Can the private business sector become a catalyst of Philippine social transformation? Can business leaders be effective advocates of social justice?

A low-key and self-effacing businessman who personifies the growing social conscience of the business community is former Philippine Ambassador to the Vatican Howard Q. Dee. He prefers to be described as a "social worker" despite having been former president of the nation’s pharmaceutical giant United Laboratories, Inc. (Unilab) and coming from one of the country’s oldest entrepreneurial families. Dee had served four Philippine Presidents with distinction, representing the government in the Vatican, in negotiations with Communist rebels and now as presidential adviser tasked with helping alleviate the plight of the country’s 10 million indigenous people.
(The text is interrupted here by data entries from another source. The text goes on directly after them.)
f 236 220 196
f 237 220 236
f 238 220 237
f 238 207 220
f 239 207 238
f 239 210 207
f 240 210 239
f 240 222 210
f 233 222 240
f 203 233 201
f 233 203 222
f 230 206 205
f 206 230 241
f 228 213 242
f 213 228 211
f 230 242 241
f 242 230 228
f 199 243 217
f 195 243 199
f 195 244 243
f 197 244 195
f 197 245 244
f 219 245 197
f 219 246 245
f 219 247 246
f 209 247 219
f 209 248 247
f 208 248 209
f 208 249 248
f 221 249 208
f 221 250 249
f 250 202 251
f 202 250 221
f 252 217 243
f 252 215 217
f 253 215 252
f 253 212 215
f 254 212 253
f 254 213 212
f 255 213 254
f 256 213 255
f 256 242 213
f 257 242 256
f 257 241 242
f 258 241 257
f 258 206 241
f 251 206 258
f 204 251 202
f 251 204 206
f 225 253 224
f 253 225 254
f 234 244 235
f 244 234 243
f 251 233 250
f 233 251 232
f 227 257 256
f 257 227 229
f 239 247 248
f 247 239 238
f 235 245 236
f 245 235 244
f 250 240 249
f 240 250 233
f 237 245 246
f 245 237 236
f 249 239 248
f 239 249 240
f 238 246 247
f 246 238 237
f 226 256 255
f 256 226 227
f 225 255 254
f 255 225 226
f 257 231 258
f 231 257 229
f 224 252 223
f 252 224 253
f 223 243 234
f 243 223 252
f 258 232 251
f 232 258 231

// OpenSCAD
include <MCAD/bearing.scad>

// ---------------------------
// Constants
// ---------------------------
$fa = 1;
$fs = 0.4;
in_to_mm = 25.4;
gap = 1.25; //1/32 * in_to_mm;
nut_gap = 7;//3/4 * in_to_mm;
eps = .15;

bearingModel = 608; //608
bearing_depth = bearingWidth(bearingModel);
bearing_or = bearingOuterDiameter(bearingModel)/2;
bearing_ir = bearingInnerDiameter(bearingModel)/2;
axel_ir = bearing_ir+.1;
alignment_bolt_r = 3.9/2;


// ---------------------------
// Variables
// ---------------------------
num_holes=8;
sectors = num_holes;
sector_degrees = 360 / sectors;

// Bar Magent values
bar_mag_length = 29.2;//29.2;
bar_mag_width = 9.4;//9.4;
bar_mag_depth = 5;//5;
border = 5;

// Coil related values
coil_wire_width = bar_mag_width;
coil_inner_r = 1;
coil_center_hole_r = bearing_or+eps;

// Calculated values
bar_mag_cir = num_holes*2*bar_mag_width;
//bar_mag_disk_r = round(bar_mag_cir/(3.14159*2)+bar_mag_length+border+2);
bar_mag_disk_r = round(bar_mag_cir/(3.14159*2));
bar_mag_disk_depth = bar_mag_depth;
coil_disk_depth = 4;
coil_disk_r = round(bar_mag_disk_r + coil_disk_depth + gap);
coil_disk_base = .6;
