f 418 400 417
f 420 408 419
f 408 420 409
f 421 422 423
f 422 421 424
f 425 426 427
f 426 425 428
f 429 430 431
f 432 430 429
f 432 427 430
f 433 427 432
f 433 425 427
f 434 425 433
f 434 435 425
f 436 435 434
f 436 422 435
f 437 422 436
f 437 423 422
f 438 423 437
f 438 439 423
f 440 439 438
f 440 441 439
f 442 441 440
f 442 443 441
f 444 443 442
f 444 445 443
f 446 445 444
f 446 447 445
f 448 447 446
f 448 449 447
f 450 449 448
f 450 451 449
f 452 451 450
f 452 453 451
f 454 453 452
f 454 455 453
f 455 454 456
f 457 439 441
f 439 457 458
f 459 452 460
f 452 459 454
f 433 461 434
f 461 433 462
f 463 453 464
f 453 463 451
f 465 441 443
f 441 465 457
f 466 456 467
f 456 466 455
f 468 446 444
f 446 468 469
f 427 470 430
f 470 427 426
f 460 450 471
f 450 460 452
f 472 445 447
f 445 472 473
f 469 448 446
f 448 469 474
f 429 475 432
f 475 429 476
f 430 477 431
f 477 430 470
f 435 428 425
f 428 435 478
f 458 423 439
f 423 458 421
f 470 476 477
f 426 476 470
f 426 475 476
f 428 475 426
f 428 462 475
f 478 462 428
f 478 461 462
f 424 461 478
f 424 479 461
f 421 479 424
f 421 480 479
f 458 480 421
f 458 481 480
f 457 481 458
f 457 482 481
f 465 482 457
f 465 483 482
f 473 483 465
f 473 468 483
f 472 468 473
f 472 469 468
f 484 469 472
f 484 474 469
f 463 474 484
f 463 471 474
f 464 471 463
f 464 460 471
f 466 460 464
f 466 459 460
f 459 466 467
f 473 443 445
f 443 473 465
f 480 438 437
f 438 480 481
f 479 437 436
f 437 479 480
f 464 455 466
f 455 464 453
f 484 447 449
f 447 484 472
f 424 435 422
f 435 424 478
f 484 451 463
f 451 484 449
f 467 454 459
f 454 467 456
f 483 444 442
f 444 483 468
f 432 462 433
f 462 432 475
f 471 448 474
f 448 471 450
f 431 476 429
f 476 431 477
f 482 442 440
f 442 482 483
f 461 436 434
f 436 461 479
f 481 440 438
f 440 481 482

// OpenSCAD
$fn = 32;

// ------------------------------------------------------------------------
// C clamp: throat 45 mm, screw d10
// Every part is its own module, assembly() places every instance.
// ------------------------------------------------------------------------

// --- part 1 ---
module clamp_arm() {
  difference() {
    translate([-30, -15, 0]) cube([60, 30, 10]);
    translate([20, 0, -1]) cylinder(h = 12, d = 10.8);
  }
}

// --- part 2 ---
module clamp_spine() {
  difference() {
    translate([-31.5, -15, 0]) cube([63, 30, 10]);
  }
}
Dee recalled accompanying GMA and five cabinet secretaries to Bukidnon two years ago to rectify a grave injustice inflicted on the Manobo tribal people during martial law, with the government leasing their ancestral lands of 2,100 hectares to a powerful political family for 75 centavos per hectare for 25 years. These ancestral lands have been returned to 650 Manobo families who were unjustly evicted 27 years ago and some of whom were even killed for trespassing into their own lands.

According to the former ambassador, "My theory is that combating poverty is next to impossible for as long as we do not see it as a value larger than our own lives. Society has grown comfortable with its injustices against the poor. What scandalized the Pope does not scandalize us anymore, least of all our politicians and the bureaucracy in spite of the Herculean efforts of some government officials. We have been desensitized to the pains of the poor, immunized against the viruses of their sicknesses and sufferings."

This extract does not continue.